# CANON 600 EX FLASH (O.E.M)



## bergstrom (Jul 6, 2017)

http://www.ebay.com/itm/New-Canon-Speedlite-600EX-RT-Wireless-Shoe-Mount-Flash-/252717770683?epid=1600399856&hash=item3ad72727bb:g:jFsAAOSw2xRYTA-g

Should I buy an oem flash? Is there nay disadvantage or is exactly the same as the original Canon 600ex? 

Thanks


----------



## Valvebounce (Jul 6, 2017)

Hi Bergstrom. 
I'm not sure I am comprehending your question correctly. 
How could there be any downside to owning an oem flash, they set the bar which all third party manufacturers aim for. 
The 600ex-rt is I believe the same power and design as the 600ex but has the rt added in. 

Cheers, Graham. 



bergstrom said:


> http://www.ebay.com/itm/New-Canon-Speedlite-600EX-RT-Wireless-Shoe-Mount-Flash-/252717770683?epid=1600399856&hash=item3ad72727bb:g:jFsAAOSw2xRYTA-g
> 
> Should I buy an oem flash? Is there nay disadvantage or is exactly the same as the original Canon 600ex?
> 
> Thanks


----------



## neuroanatomist (Jul 6, 2017)

Let's see...fleEbay...ships from China...temptingly good price...what makes you sure you'd be buying an OEM flash?
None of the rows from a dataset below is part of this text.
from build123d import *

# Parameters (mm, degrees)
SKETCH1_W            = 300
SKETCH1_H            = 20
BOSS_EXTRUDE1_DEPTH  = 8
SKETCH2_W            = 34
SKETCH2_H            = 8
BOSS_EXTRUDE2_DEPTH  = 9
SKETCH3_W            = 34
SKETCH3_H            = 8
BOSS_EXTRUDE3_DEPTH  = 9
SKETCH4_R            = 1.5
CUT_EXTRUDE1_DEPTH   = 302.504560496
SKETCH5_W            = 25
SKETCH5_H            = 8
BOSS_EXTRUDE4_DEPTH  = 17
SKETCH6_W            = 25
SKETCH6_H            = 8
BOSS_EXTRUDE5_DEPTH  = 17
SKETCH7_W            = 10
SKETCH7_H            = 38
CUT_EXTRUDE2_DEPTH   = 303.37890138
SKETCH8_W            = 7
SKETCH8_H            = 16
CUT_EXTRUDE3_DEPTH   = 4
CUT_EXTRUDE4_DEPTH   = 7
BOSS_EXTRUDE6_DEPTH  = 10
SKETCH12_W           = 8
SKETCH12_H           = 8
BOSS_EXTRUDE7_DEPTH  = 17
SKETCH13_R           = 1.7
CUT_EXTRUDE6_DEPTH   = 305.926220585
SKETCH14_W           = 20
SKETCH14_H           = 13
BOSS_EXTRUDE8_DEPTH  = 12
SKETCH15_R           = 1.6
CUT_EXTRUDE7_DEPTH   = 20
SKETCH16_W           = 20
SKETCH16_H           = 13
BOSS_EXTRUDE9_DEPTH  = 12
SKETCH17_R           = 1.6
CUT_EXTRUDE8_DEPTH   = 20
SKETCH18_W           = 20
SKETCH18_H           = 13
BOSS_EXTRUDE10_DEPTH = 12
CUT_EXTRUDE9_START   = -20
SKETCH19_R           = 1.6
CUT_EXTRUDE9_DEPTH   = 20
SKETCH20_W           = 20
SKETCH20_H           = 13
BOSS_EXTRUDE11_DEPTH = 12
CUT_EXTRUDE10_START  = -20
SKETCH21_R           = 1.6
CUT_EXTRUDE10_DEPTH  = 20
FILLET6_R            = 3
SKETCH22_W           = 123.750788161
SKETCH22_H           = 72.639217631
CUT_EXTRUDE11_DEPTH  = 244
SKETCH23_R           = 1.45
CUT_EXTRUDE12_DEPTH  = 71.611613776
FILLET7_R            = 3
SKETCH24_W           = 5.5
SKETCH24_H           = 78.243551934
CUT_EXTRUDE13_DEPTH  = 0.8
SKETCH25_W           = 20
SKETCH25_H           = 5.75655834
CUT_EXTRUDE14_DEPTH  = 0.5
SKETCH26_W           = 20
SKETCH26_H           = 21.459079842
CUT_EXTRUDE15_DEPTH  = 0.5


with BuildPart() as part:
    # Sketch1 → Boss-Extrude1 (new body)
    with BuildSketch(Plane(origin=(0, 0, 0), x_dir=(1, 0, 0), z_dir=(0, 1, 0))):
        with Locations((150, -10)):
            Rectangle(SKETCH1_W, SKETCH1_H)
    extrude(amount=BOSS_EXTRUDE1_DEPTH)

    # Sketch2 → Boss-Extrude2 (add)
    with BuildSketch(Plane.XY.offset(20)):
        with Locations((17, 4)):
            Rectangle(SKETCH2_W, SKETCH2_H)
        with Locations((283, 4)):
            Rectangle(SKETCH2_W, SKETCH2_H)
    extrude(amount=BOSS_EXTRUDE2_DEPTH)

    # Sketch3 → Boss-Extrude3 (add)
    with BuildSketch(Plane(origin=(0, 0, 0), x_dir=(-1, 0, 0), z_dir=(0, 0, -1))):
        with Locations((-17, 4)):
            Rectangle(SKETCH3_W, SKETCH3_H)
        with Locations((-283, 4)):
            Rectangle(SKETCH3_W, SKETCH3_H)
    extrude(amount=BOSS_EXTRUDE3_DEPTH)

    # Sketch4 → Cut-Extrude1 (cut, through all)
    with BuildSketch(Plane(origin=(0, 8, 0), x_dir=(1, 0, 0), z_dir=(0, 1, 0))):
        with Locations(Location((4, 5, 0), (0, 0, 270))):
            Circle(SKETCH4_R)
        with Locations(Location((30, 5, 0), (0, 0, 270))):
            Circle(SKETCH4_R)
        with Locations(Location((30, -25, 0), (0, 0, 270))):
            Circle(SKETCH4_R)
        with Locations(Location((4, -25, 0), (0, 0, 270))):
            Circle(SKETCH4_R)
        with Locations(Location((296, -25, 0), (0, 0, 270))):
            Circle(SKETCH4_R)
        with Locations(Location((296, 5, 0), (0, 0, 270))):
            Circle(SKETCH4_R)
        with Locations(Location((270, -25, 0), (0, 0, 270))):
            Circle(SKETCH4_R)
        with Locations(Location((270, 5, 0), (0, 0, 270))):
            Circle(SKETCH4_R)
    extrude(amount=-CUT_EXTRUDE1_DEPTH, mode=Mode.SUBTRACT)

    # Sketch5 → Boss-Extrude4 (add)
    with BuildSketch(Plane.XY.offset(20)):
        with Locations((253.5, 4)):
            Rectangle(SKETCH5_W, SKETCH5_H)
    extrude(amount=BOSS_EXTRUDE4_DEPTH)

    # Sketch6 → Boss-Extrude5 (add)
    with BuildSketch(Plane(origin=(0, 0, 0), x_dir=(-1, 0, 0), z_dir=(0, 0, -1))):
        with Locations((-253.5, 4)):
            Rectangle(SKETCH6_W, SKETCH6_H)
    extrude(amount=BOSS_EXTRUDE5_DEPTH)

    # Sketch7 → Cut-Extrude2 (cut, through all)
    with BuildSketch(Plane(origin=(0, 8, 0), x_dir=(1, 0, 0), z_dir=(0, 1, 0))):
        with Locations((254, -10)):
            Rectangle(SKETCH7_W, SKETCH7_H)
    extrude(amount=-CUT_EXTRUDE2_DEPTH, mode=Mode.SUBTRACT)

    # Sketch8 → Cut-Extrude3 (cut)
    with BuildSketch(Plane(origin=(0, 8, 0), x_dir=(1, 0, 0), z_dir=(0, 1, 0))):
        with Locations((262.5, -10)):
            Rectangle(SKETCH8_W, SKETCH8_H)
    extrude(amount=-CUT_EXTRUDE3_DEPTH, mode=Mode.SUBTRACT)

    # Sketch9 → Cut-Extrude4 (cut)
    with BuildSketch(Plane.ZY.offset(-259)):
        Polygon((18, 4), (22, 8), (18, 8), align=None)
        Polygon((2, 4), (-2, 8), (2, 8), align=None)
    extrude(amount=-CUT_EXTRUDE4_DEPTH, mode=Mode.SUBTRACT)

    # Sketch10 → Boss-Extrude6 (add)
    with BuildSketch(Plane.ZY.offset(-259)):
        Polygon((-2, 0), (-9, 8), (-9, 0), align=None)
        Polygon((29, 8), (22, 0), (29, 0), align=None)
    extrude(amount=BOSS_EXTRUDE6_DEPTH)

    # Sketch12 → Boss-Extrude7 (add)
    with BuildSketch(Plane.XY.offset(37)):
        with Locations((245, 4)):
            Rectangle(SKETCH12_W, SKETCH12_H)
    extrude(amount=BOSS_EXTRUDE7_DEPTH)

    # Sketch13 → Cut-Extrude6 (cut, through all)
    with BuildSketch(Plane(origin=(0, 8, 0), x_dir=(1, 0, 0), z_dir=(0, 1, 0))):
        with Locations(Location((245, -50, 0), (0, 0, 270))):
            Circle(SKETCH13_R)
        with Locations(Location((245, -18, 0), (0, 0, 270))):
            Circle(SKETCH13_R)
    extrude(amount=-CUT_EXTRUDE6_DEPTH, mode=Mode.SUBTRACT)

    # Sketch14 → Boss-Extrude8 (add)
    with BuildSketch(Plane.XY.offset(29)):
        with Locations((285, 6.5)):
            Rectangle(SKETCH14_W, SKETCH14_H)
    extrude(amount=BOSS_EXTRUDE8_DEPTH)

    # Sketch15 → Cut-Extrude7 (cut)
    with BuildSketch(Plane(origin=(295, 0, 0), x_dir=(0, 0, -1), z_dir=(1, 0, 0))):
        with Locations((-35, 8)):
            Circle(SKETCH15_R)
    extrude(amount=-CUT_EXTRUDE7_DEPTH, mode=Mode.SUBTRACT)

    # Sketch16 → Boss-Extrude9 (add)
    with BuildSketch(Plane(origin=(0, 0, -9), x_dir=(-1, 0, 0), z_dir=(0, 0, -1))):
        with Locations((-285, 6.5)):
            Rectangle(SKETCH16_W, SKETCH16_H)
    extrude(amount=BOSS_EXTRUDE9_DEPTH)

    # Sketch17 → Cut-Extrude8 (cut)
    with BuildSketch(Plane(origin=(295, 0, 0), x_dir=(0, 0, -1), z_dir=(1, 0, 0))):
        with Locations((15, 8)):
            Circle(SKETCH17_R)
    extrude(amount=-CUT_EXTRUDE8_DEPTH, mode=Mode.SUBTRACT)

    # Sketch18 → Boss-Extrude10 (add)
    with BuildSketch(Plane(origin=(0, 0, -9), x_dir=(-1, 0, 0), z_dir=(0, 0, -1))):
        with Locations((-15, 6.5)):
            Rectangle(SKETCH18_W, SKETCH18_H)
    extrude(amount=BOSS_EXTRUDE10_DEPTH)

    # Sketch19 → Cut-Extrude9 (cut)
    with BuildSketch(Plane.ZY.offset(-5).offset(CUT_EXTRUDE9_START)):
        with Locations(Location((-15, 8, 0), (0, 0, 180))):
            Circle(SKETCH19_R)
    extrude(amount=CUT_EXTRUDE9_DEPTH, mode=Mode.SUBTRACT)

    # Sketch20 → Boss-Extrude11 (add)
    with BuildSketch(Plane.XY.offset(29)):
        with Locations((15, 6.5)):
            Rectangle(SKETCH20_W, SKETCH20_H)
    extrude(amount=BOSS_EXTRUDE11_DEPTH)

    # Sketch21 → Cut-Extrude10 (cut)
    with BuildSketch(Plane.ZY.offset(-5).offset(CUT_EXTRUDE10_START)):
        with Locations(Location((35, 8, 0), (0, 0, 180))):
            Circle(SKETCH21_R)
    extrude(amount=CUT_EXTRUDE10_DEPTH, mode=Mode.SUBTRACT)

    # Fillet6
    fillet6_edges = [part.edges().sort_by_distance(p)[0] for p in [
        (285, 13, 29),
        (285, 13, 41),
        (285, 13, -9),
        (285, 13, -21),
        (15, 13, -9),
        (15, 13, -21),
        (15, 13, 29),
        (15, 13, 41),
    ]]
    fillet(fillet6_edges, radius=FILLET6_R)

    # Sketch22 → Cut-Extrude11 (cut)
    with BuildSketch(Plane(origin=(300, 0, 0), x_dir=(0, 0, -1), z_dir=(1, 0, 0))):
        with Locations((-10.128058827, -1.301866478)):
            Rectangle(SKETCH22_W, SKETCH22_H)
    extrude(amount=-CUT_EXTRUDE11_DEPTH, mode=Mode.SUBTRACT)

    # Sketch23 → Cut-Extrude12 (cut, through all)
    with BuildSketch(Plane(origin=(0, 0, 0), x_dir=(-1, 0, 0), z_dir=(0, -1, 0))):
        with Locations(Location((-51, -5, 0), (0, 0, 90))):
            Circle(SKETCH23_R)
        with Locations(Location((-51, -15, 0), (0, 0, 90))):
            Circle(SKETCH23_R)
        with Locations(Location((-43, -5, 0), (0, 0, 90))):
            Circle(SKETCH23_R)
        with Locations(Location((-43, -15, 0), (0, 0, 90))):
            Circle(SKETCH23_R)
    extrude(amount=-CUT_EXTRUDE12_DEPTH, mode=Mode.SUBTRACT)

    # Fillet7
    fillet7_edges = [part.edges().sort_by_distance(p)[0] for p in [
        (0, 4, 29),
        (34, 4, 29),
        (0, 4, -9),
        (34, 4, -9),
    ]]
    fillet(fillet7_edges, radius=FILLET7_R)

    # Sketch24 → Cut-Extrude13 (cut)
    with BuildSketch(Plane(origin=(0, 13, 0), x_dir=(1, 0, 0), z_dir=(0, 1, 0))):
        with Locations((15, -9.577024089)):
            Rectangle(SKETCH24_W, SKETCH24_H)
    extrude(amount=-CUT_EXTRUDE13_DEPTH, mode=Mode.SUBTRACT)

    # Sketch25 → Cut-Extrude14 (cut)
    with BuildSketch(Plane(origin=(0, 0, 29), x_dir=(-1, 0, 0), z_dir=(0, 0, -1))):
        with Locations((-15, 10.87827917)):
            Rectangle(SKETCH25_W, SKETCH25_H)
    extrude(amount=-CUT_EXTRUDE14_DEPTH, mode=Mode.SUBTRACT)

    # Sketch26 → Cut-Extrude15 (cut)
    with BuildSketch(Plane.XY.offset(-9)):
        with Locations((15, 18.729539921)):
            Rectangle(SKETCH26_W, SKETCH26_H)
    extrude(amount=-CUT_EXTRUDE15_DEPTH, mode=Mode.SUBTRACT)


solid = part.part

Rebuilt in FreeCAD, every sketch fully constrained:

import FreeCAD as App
import Part
import Sketcher

V = App.Vector
Q = App.Units.Quantity


def edges_at(feature, points):
    """Names of the edges that pass closest to the given points."""
    edges = feature.Shape.Edges
    near = lambda p: min(range(len(edges)), key=lambda i: edges[i].distToShape(Part.Vertex(*p))[0])
    return sorted({f"Edge{near(p) + 1}" for p in points})


def add_polygon(sketch, points):
    """Adds a closed chain of lines whose ends are joined by coincident constraints."""
    first, n = sketch.GeometryCount, len(points)
    for a, b in zip(points, points[1:] + points[:1]):
        sketch.addGeometry(Part.LineSegment(App.Vector(*a, 0), App.Vector(*b, 0)), False)
    for i in range(n):
        sketch.addConstraint(Sketcher.Constraint("Coincident", first + i, 2, first + (i + 1) % n, 1))

doc = App.newDocument("Part")
params = doc.addObject("Spreadsheet::Sheet", "Params")
for row, (alias, value) in enumerate([
    ("sketch1_width", "300 mm"),
    ("sketch1_height", "20 mm"),
    ("pad1_length", "8 mm"),
    ("sketch2_width", "34 mm"),
    ("sketch2_height", "8 mm"),
    ("pad2_length", "9 mm"),
    ("sketch3_width", "34 mm"),
    ("sketch3_height", "8 mm"),
    ("pad3_length", "9 mm"),
    ("sketch4_diameter", "3 mm"),
    ("sketch5_width", "25 mm"),
    ("sketch5_height", "8 mm"),
    ("pad4_length", "17 mm"),
    ("sketch6_width", "25 mm"),
    ("sketch6_height", "8 mm"),
    ("pad5_length", "17 mm"),
    ("sketch7_width", "10 mm"),
    ("sketch7_height", "38 mm"),
    ("sketch8_width", "7 mm"),
    ("sketch8_height", "16 mm"),
    ("pocket3_length", "4 mm"),
    ("sketch9_width", "4 mm"),
    ("pocket4_length", "7 mm"),
    ("sketch10_width", "8 mm"),
    ("sketch10_height", "7 mm"),
    ("pad6_length", "10 mm"),
    ("sketch11_width", "8 mm"),
    ("pad7_length", "17 mm"),
    ("sketch12_diameter", "3.4 mm"),
    ("sketch13_width", "20 mm"),
    ("sketch13_height", "13 mm"),
    ("pad8_length", "12 mm"),
    ("sketch14_diameter", "3.2 mm"),
    ("pocket6_length", "20 mm"),
    ("sketch15_width", "20 mm"),
    ("sketch15_height", "13 mm"),
    ("pad9_length", "12 mm"),
    ("sketch16_diameter", "3.2 mm"),
    ("pocket7_length", "20 mm"),
    ("sketch17_width", "20 mm"),
    ("sketch17_height", "13 mm"),
    ("pad10_length", "12 mm"),
    ("sketch18_diameter", "3.2 mm"),
    ("pocket8_length", "20 mm"),
    ("sketch19_width", "20 mm"),
    ("sketch19_height", "13 mm"),
    ("pad11_length", "12 mm"),
    ("sketch20_diameter", "3.2 mm"),
    ("pocket9_length", "20 mm"),
    ("fillet_radius", "3 mm"),
    ("pocket10_length", "244 mm"),
    ("sketch22_diameter", "2.9 mm"),
    ("fillet2_radius", "3 mm"),
    ("sketch23_width", "5.5 mm"),
    ("pocket12_length", "0.8 mm"),
    ("sketch24_width", "20 mm"),
    ("pocket13_length", "0.5 mm"),
    ("sketch25_width", "20 mm"),
    ("pocket14_length", "0.5 mm"),
], start=1):
    params.set(f"A{row}", alias)
    params.set(f"B{row}", "=" + value)
    params.setAlias(f"B{row}", alias)

body = doc.addObject("PartDesign::Body", "Body")

# Sketch on XZ plane
sketch1 = doc.addObject("Sketcher::SketchObject", "Sketch")
body.addObject(sketch1)
sketch1.AttachmentSupport = (doc.XZ_Plane, [""])
sketch1.MapMode = "FlatFace"
add_polygon(sketch1, [(0, 0), (0, 20), (300, 20), (300, 0)])  # lines 0-3
sketch1.addConstraint([
    Sketcher.Constraint("Vertical", 0),
    Sketcher.Constraint("Horizontal", 1),
    Sketcher.Constraint("Vertical", 2),
    Sketcher.Constraint("Horizontal", 3),
    Sketcher.Constraint("Coincident", 3, 2, -1, 1),
    Sketcher.Constraint("DistanceX", 1, 1, 1, 2, Q("300 mm")),
    Sketcher.Constraint("DistanceY", 0, 1, 0, 2, Q("20 mm")),
])
sketch1.setExpression("Constraints[9]", "Params.sketch1_width")
sketch1.setExpression("Constraints[10]", "Params.sketch1_height")
pad1 = doc.addObject("PartDesign::Pad", "Pad")
body.addObject(pad1)
pad1.Profile = sketch1
pad1.setExpression("Length", "Params.pad1_length")
pad1.Reversed = True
Quite possibly a counterfeit, in which case there are many potential disadvantages.


----------



## bergstrom (Jul 6, 2017)

I mean ex rt.


----------



## Mt Spokane Photography (Jul 6, 2017)

neuroanatomist said:


> Let's see...fleEbay...ships from China...temptingly good price...what makes you sure you'd be buying an OEM flash? Quite possibly a counterfeit, in which case there are many potential disadvantages.



You beat me to it. Counterfeit Canon flashes have been a issue. Ebay does not remove them unless Canon calls for a take down.

Use a credit card(lets you charge back for a fake), and make sure you can identify a real one versus counterfeit.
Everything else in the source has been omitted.